Höroldt: What our customers tell us: technical and commercial dynamism, better basic services vis-à-vis specialist departments, less stress in the project process and in daily operations, more time for more exciting and higher-value tasks for highly paid SAP professionals.

Herrmann: What we are already seeing in terms of added value in practice can be broken down in detail for the user groups as follows: Hana users benefit from high-performance data storage and the processing and analysis of large volumes of data in near real time.

In addition, there are considerable simplifications, for example in the data model. All in all, the company becomes more innovative. With S/4, what stands out most are the shorter innovation cycles, end-to-end process integration, less maintenance and thus lower operating costs.

Those who opt for Azure, on the other hand, not only benefit from the "pay as you go" model, but also from access to unlimited computing power and the rapid provision of resources and technologies at the push of a button.

This group of companies can react quickly to market changes because its projects have a short duration, it has better access to important information, and its data is available everywhere as well as mobile at any time.

Siepler: With the new S/4 Hana platform in an Azure cloud, our customers gain access to a huge range of new services, so-called microservices, which can be seamlessly connected to SAP applications and whose service is charged according to use.

In the pure Digital Core, it's more about simplifying existing business processes and integrating all available digital innovations - IoT, AI, Blockchain, etc.

Last but not least, of course, the performance and scalability of the systems.

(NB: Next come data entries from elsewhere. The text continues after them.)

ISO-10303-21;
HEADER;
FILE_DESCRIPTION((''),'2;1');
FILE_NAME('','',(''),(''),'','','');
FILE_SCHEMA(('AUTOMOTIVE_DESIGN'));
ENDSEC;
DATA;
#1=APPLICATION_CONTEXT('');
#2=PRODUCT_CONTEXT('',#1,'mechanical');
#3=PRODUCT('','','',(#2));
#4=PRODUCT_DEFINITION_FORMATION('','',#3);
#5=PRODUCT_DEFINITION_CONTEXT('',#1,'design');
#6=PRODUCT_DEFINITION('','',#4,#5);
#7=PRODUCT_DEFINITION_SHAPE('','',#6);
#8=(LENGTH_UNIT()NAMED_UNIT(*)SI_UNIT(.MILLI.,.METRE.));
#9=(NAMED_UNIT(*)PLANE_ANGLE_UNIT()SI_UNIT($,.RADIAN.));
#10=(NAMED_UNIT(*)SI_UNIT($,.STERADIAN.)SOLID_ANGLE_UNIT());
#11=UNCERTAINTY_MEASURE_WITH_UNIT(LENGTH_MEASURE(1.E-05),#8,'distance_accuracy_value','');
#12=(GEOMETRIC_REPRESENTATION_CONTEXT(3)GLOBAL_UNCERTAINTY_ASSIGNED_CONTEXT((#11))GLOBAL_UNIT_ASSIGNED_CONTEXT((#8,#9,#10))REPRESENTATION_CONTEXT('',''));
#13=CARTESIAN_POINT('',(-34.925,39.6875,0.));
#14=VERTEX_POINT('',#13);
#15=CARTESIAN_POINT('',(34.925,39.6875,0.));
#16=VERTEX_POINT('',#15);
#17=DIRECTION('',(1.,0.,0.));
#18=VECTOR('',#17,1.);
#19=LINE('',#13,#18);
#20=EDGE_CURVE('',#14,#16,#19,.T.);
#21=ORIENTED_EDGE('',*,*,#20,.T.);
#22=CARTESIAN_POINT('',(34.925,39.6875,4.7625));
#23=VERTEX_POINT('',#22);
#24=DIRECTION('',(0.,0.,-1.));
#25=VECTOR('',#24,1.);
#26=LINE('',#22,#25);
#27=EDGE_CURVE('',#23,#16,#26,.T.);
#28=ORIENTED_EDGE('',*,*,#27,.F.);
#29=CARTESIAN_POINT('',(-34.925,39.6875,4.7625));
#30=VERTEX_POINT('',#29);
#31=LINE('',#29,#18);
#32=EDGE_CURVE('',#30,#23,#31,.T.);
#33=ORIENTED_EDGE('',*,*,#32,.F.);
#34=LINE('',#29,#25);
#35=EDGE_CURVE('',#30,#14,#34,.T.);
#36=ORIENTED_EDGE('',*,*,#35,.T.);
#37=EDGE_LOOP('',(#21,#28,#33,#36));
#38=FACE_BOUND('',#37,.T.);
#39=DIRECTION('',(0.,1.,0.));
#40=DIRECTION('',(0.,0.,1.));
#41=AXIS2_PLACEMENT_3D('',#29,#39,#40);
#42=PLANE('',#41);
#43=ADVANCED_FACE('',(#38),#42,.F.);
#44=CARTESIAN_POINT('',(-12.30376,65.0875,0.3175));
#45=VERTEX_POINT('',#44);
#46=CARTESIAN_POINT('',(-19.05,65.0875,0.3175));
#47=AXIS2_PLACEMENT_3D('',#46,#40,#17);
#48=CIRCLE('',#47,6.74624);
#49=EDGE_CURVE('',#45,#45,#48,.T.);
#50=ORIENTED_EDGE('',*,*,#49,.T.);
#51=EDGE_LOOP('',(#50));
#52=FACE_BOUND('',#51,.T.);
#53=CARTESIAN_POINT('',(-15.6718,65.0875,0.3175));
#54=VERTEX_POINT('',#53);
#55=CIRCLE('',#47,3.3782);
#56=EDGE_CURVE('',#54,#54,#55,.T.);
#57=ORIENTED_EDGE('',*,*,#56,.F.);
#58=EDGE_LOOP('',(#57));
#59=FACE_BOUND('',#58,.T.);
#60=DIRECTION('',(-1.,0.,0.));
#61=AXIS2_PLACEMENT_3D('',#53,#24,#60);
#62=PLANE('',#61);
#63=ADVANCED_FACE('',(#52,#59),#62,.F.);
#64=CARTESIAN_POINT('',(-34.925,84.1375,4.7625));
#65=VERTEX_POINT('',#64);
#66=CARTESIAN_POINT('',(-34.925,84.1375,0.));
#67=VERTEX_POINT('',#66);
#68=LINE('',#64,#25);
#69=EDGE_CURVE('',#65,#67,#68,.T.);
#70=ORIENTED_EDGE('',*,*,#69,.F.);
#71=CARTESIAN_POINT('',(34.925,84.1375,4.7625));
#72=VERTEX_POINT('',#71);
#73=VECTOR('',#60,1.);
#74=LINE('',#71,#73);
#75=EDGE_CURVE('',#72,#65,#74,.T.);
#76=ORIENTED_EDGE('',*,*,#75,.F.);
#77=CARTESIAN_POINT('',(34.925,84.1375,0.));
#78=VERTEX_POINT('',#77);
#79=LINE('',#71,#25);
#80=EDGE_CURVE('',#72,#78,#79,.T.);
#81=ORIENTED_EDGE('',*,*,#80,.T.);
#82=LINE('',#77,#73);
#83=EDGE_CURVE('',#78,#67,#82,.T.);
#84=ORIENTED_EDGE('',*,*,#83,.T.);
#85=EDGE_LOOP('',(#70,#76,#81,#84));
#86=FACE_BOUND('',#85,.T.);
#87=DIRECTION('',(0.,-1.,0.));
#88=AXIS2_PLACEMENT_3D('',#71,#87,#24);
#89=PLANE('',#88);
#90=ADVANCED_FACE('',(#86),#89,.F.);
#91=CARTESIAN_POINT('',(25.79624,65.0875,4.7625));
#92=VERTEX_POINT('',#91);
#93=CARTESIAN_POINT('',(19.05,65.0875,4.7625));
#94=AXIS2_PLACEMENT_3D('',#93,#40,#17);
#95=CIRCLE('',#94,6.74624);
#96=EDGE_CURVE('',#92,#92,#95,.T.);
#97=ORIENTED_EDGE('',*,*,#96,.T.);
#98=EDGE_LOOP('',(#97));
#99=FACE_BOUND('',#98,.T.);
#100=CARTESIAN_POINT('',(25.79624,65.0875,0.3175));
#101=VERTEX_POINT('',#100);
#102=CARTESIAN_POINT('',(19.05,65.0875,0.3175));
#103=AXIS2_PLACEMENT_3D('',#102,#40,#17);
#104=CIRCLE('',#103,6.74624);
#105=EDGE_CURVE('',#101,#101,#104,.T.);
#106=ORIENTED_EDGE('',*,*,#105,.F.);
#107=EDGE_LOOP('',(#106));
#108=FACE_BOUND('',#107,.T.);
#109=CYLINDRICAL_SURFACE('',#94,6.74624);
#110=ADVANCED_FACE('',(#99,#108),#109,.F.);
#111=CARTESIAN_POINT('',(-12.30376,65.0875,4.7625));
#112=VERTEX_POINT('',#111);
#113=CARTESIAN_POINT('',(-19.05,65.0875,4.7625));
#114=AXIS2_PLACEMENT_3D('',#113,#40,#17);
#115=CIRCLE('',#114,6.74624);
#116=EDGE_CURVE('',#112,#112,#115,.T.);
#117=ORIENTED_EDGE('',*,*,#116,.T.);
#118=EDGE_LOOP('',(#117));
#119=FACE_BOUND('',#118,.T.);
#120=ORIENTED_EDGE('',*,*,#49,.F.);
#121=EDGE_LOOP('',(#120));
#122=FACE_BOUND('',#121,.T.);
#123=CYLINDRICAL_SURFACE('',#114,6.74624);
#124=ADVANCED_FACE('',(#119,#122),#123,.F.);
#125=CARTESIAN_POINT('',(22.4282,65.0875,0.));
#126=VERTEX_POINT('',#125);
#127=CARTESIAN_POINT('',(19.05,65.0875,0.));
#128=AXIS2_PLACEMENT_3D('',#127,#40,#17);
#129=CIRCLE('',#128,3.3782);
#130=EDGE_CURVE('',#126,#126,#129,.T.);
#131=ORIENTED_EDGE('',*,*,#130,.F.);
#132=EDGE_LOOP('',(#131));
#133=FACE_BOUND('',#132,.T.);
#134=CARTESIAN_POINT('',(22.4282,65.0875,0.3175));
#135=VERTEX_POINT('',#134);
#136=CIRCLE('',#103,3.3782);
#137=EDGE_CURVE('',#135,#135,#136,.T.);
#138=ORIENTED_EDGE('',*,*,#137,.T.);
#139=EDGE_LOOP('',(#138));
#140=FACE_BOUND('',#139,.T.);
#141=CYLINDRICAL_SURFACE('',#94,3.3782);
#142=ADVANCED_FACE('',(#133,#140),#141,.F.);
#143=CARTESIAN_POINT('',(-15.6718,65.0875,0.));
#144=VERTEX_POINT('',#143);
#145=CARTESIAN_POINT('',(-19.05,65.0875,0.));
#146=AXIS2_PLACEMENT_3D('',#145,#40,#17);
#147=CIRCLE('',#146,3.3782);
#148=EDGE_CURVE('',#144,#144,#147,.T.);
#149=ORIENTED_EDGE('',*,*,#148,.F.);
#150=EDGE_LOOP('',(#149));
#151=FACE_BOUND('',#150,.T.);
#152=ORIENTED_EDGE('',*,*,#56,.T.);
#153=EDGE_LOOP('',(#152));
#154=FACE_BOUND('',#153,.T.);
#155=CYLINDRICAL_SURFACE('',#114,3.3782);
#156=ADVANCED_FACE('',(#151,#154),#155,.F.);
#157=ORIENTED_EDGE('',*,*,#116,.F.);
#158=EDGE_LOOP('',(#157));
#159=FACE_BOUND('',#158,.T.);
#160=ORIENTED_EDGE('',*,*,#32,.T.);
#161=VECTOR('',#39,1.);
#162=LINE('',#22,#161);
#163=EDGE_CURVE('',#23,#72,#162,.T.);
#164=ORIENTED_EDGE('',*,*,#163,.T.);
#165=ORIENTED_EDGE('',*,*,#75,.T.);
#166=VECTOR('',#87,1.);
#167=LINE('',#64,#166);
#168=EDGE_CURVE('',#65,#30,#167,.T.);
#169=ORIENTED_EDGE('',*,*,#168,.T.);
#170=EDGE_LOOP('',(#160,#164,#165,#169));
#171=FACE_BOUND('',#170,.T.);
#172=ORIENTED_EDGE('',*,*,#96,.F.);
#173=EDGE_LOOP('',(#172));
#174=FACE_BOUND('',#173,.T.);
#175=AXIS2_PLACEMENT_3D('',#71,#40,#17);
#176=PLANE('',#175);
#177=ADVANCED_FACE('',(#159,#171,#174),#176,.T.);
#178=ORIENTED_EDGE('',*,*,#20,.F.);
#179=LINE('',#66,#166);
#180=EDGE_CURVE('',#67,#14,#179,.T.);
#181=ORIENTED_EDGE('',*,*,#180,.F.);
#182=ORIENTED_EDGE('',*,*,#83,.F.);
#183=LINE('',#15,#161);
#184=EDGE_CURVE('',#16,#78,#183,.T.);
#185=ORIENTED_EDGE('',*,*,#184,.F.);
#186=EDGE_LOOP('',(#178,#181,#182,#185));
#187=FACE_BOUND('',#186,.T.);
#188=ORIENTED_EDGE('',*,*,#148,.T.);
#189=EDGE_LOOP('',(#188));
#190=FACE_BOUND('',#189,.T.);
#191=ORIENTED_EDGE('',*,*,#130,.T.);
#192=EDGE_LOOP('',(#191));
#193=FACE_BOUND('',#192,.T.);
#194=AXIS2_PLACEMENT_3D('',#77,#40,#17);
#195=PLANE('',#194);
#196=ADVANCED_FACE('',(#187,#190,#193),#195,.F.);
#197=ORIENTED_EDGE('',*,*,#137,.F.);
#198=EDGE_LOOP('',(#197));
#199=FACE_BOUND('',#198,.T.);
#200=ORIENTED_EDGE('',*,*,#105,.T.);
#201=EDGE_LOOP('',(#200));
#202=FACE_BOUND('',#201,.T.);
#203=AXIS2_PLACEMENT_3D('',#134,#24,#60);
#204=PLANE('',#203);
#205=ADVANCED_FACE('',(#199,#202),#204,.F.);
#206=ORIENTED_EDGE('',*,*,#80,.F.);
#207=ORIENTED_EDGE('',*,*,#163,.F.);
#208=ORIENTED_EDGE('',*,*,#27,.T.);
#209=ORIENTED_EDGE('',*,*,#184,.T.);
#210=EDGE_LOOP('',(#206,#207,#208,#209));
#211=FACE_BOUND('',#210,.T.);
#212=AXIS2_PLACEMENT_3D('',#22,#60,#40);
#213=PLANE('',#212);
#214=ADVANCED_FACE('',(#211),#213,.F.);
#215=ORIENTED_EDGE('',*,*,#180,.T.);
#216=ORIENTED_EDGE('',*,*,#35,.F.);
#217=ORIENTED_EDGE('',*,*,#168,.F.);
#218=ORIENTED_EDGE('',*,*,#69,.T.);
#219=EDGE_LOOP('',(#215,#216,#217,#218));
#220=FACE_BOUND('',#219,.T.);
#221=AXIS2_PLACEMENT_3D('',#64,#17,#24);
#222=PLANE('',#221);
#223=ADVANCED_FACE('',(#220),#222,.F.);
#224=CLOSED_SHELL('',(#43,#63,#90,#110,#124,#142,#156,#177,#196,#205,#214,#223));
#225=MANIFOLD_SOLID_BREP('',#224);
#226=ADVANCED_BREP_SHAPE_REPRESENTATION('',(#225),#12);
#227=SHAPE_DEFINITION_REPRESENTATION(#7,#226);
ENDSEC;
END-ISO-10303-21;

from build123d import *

# Parameters (mm, degrees)
SKETCH1_W                                         = 69.85
SKETCH1_H                                         = 44.45
EXTRUDE1_DEPTH                                    = 4.7625
CBORE_FOR_1_4_PAN_HEAD_MACHINE_SCREW1_D           = 6.7564
CBORE_FOR_1_4_PAN_HEAD_MACHINE_SCREW1_CBORE_D     = 13.49248
CBORE_FOR_1_4_PAN_HEAD_MACHINE_SCREW1_CBORE_DEPTH = 4.445


with BuildPart() as part:
    # Sketch1 → Extrude1 (new body)
    with BuildSketch(Plane.XY):
        with Locations((0, 61.9125)):
            Rectangle(SKETCH1_W, SKETCH1_H)
    extrude(amount=EXTRUDE1_DEPTH)

    # CBORE for 1/4 Pan Head Machine Screw1 (through all)
    with Locations(Plane.XY.offset(4.7625)):
        with Locations((-19.05, 65.0875), (19.05, 65.0875)):
            CounterBoreHole(CBORE_FOR_1_4_PAN_HEAD_MACHINE_SCREW1_D / 2, CBORE_FOR_1_4_PAN_HEAD_MACHINE_SCREW1_CBORE_D / 2, CBORE_FOR_1_4_PAN_HEAD_MACHINE_SCREW1_CBORE_DEPTH)


solid = part.part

From an infrastructure perspective, the quasi-immediate availability of resources is certainly a very big advantage of public clouds - and at many locations.

Using the various price models, you can decide whether you need the resources for the longer term or only for a short time, for example to test a new release or to create a project environment. The use of templates to build the infrastructure also makes sense and simplifies the implementation of your own standards.

Thomas Herrmann from NetApp, Peter Höroldt from Libelle and Claus Siepler from T-Systems - thank you for the interview.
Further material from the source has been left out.